Editor’s note: Mark works for Waterford Distillery, who work with biodynamic barley growers to distil biodynamic spirit. Which we felt gave him a fascinating perspective to address this article from, but is mentioned here as a declaration of potential interest.
Where does flavour come from?
A simple enough question, with lots of correct answers. Depending on your particular drinks foible – whisky, beer, wine or indeed cider – you’ll have your thoughts. Wood for maturation? Of course. But what do you put in it? A liquid that is the result of fermentations, yeast? You bet. But what was all this acting upon and transforming from one state to another? Your raw material of choice, of course.
Now things get interesting, or nerdier, or weirder. What gives your raw material of choice more flavour – the thing that you turn into alcohol? What creates flavour in the matter – matter which cannot be destroyed of course. Genetics or variety of apple/grape/grain is one good answer. Terroir is another good answer. Combining them both is really the terroir effect, which is to say that combination of variety and terroir, genetics and environment, the interaction of them both; these are good directions for the inquisitive mind.
Nutrients! Ah, now perhaps we’re getting closer to flavour. Nutrients that that the plant takes up from its surrounding environment: which is to say the cards the plant has to play. The big complex subjects of soil microbiology or mycorrhizal fungi.
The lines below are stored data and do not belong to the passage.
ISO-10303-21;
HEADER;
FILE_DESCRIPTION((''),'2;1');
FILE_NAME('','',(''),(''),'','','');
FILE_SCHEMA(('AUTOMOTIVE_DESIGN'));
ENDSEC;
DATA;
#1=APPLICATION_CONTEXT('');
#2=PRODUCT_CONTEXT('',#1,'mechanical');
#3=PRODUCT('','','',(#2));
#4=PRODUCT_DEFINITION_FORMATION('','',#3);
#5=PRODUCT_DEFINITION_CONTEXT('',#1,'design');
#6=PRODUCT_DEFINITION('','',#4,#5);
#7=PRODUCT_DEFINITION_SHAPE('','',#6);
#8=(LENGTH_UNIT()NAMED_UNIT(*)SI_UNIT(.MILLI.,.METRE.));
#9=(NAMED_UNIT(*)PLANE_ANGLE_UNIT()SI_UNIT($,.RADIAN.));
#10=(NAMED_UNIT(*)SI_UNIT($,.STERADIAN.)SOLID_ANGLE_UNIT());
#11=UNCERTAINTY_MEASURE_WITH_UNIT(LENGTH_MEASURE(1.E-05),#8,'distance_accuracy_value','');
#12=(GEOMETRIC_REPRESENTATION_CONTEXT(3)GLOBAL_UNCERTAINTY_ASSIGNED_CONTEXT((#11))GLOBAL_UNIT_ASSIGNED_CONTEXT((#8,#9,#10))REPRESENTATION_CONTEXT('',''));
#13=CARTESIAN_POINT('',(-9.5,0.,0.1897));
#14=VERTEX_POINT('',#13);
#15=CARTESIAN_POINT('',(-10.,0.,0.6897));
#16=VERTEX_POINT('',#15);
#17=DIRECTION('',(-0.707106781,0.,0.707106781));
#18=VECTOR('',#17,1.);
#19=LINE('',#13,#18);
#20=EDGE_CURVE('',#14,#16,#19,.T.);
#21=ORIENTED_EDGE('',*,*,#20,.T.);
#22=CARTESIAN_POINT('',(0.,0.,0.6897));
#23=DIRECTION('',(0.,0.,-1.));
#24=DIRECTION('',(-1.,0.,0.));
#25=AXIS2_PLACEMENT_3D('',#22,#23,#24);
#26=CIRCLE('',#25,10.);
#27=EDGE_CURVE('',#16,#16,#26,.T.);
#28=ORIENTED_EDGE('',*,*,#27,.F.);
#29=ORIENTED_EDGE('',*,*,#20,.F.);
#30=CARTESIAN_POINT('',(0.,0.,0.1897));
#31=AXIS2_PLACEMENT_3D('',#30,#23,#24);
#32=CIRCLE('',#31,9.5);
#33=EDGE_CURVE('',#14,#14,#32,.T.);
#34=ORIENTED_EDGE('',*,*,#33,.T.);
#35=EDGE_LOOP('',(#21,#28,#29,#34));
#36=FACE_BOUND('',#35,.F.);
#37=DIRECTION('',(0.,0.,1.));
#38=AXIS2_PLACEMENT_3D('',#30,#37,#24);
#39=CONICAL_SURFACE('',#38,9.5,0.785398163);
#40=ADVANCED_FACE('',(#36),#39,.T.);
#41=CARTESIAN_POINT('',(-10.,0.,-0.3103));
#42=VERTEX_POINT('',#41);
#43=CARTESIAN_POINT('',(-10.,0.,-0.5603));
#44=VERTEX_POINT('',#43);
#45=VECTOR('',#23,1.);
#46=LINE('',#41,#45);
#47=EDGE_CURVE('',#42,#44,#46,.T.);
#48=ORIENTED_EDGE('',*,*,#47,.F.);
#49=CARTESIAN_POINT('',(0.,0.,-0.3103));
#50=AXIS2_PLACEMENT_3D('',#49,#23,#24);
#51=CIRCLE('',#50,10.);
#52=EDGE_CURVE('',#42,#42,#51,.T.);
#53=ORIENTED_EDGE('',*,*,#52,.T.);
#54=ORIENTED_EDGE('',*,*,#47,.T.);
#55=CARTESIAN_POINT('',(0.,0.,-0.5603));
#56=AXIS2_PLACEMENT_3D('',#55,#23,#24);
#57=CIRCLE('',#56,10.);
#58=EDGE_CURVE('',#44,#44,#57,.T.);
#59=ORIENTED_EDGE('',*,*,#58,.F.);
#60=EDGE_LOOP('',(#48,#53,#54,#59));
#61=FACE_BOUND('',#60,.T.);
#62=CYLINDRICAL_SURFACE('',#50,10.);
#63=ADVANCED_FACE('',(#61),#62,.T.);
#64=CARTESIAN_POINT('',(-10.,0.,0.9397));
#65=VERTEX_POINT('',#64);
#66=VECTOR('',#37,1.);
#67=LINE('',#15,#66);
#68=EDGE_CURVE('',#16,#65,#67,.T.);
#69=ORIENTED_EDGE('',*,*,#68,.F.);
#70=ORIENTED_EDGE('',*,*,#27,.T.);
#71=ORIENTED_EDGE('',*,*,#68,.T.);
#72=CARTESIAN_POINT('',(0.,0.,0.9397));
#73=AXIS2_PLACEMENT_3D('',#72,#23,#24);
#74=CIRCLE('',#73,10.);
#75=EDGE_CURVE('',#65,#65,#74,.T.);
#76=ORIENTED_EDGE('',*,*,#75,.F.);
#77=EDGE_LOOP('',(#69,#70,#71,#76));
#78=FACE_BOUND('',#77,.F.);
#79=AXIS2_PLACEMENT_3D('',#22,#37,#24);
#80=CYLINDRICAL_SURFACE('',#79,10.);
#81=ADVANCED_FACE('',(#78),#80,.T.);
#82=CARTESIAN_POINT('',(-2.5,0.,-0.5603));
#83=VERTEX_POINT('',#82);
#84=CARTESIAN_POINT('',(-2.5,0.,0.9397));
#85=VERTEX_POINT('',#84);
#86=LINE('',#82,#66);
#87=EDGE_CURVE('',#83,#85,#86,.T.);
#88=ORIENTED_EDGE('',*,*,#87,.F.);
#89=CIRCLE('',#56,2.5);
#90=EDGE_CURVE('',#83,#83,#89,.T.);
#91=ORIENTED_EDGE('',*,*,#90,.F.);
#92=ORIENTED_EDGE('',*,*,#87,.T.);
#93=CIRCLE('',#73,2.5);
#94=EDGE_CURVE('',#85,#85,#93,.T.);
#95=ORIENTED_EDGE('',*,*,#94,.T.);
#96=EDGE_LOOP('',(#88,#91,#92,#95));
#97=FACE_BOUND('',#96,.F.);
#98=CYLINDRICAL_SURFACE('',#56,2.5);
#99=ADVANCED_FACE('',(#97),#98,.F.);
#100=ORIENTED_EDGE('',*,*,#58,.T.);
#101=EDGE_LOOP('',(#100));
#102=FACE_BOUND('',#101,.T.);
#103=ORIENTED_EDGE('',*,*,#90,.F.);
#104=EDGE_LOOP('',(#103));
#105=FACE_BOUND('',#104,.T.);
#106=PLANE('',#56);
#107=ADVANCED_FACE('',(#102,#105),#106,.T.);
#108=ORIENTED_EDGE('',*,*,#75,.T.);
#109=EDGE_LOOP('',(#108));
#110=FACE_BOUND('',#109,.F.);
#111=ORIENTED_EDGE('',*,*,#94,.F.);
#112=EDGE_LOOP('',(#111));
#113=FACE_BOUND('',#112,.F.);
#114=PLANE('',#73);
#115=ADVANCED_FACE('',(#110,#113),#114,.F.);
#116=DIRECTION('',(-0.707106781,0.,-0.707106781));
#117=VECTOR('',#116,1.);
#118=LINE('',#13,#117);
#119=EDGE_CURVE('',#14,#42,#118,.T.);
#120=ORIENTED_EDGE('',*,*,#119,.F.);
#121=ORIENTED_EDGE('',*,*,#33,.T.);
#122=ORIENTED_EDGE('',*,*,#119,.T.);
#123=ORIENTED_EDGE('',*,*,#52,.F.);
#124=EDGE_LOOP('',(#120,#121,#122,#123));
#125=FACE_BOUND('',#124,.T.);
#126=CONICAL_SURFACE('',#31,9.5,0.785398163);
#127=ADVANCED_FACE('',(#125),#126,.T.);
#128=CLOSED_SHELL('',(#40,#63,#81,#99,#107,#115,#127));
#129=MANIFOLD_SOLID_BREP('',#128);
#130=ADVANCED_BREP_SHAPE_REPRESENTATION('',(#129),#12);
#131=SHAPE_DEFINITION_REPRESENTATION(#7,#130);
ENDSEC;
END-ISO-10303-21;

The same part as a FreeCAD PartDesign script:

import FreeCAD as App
import Part
import Sketcher

doc = App.newDocument("Part")
params = doc.addObject("Spreadsheet::Sheet", "Params")
for row, (alias, value) in enumerate([
    ("sketch1_height", "1.5 mm"),
    ("sketch1_width", "10 mm"),
    ("revolution_angle", "360 deg"),
    ("sketch2_diameter", "5 mm"),
    ("pocket1_length", "10 mm"),
], start=1):
    params.set(f"A{row}", alias)
    params.set(f"B{row}", "=" + value)
    params.setAlias(f"B{row}", alias)

body = doc.addObject("PartDesign::Body", "Body")

# Sketch on XZ plane
sketch1 = body.newObject("Sketcher::SketchObject", "Sketch")
sketch1.AttachmentSupport = (doc.getObject("XZ_Plane"), [""])
sketch1.MapMode = "FlatFace"
sketch1.addGeometry([
    Part.LineSegment(App.Vector(-10, -0.3103, 0), App.Vector(-9.5, 0.1897, 0)),  # 0
    Part.LineSegment(App.Vector(-9.5, 0.1897, 0), App.Vector(-10, 0.6897, 0)),  # 1
    Part.LineSegment(App.Vector(-10, 0.6897, 0), App.Vector(-10, 0.9397, 0)),  # 2
    Part.LineSegment(App.Vector(-10, 0.9397, 0), App.Vector(0, 0.9397, 0)),  # 3
    Part.LineSegment(App.Vector(0, 0.9397, 0), App.Vector(0, -0.5603, 0)),  # 4
    Part.LineSegment(App.Vector(0, -0.5603, 0), App.Vector(-10, -0.5603, 0)),  # 5
    Part.LineSegment(App.Vector(-10, -0.5603, 0), App.Vector(-10, -0.3103, 0)),  # 6
], False)
sketch1.addConstraint([
    Sketcher.Constraint("Coincident", 0, 2, 1, 1),
    Sketcher.Constraint("Coincident", 1, 2, 2, 1),
    Sketcher.Constraint("Coincident", 2, 2, 3, 1),
    Sketcher.Constraint("Coincident", 3, 2, 4, 1),
    Sketcher.Constraint("Coincident", 4, 2, 5, 1),
    Sketcher.Constraint("Coincident", 5, 2, 6, 1),
    Sketcher.Constraint("Coincident", 6, 2, 0, 1),
    Sketcher.Constraint("Vertical", 2),
    Sketcher.Constraint("Horizontal", 3),
    Sketcher.Constraint("Vertical", 4),
    Sketcher.Constraint("Horizontal", 5),
    Sketcher.Constraint("Vertical", 6),
    Sketcher.Constraint("PointOnObject", 3, 2, -2),
    Sketcher.Constraint("Perpendicular", 0, 1),
    Sketcher.Constraint("Vertical", 2, 2, 5, 2),
    Sketcher.Constraint("Equal", 2, 6),
    Sketcher.Constraint("Equal", 0, 1),
    Sketcher.Constraint("DistanceY", 4, 2, 4, 1, 1.5),
    Sketcher.Constraint("DistanceY", 6, 2, 1, 2, 1.0),
    Sketcher.Constraint("DistanceX", 3, 1, 3, 2, 10.0),
    Sketcher.Constraint("DistanceY", -1, 1, 0, 2, 0.1897),
])
sketch1.setExpression("Constraints[17]", "Params.sketch1_height")
sketch1.setExpression("Constraints[19]", "Params.sketch1_width")
revolution = body.newObject("PartDesign::Revolution", "Revolution")
revolution.Profile = sketch1
revolution.ReferenceAxis = (sketch1, ["V_Axis"])
revolution.setExpression("Angle", "Params.revolution_angle")

# Sketch on XY plane
sketch2 = body.newObject("Sketcher::SketchObject", "Sketch001")
sketch2.AttachmentSupport = (doc.getObject("XY_Plane"), [""])
sketch2.MapMode = "FlatFace"
sketch2.AttachmentOffset = App.Placement(App.Vector(0, 0, -0.5603), App.Rotation())
sketch2.addGeometry(Part.Circle(App.Vector(0, 0, 0), App.Vector(0, 0, 1), 2.5), False)
sketch2.addConstraint([
    Sketcher.Constraint("Coincident", 0, 3, -1, 1),
    Sketcher.Constraint("Diameter", 0, 5.0),
])
sketch2.setExpression("Constraints[1]", "Params.sketch2_diameter")
pocket1 = body.newObject("PartDesign::Pocket", "Pocket")
pocket1.Profile = sketch2
pocket1.setExpression("Length", "Params.pocket1_length")
pocket1.Reversed = True

doc.recompute()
The canvas, the thing in which – on which? – that interaction occurs: the soil, the earth. The substrate, the interchange; like an Amazon Prime delivery driver speeding from depot to home with your parcel, the little fellows in the soil that help shift parcels of nutrients into the root of the plant.
That, ultimately, through myriad complex and often unfathomable mechanics, is where the good stuff occurs and it’s arguably where flavour really begins. If you’re a plant – for some of you I’m asking you to stretch your imagination less than others – you get a substantial amount of your nutrition from the soil, so it makes sense that the better that soil is – the better it is as a substrate for delivering nutrition into the roots of the plant – the better you as a plant would become.
To put it crudely, much like you and I, the plant is what it eats.
Whilst I find soil health interesting (I am a former graduate of Environmental Sciences) the idea that there are so many harvests left (it ranges from 60 to 100 depending on the carelessness of the headline writer) has been shown to be fantasy, so I’m not coming at this from a soil health point of view. Good benefits, sure, but let’s keep this in perspective. As a drinker I am interested in flavour, which starts in the plant, which grows in the ground. (If I was concerned solely about soil health and the environment, then I would be more into rewilding the landscape to allow the development of sophisticated ecosystems – not denying all that by growing stuff on it!)
Surely then, if you were looking to create as much flavour as possible, once you’d finished faffing with your stills/wash tuns/presses/kit/gubbins around the ‘site of production’, and you’d rifled through all the varieties of apples/grapes/grain, you’d then be going back to where the raw materials grow to think: okay, how can I improve things there, in the earth, in the soil?
Surely that sounds reasonable? Sensible?
Good. Then let’s talk about burying cow horns.
Actually not quite yet. A spot of history.
Biodynamics – which is to say that rather esoteric framework of practices, ancient farming ways and curious mystical observations – was codified by Austrian philosopher-scientist and multi-hat-wearer Rudolf Steiner in a series of lectures around a century ago. I won’t go into all of the history, because that would take an awful lot more of your time, but suffice to say it came out of a general germanic-organic movement that at one time both appealed to (for its anti-mechanisation/pastoralism and therefore neatly anti-American vibe) and later appalled (for its religious-mystical tendencies) that rather infamous collective of nasty ruling Germans in the 1930s. Thus comes one lazy set of criticisms to biodynamics: Nazi farming. But that invokes Godwin’s Law rather sooner than I had hoped.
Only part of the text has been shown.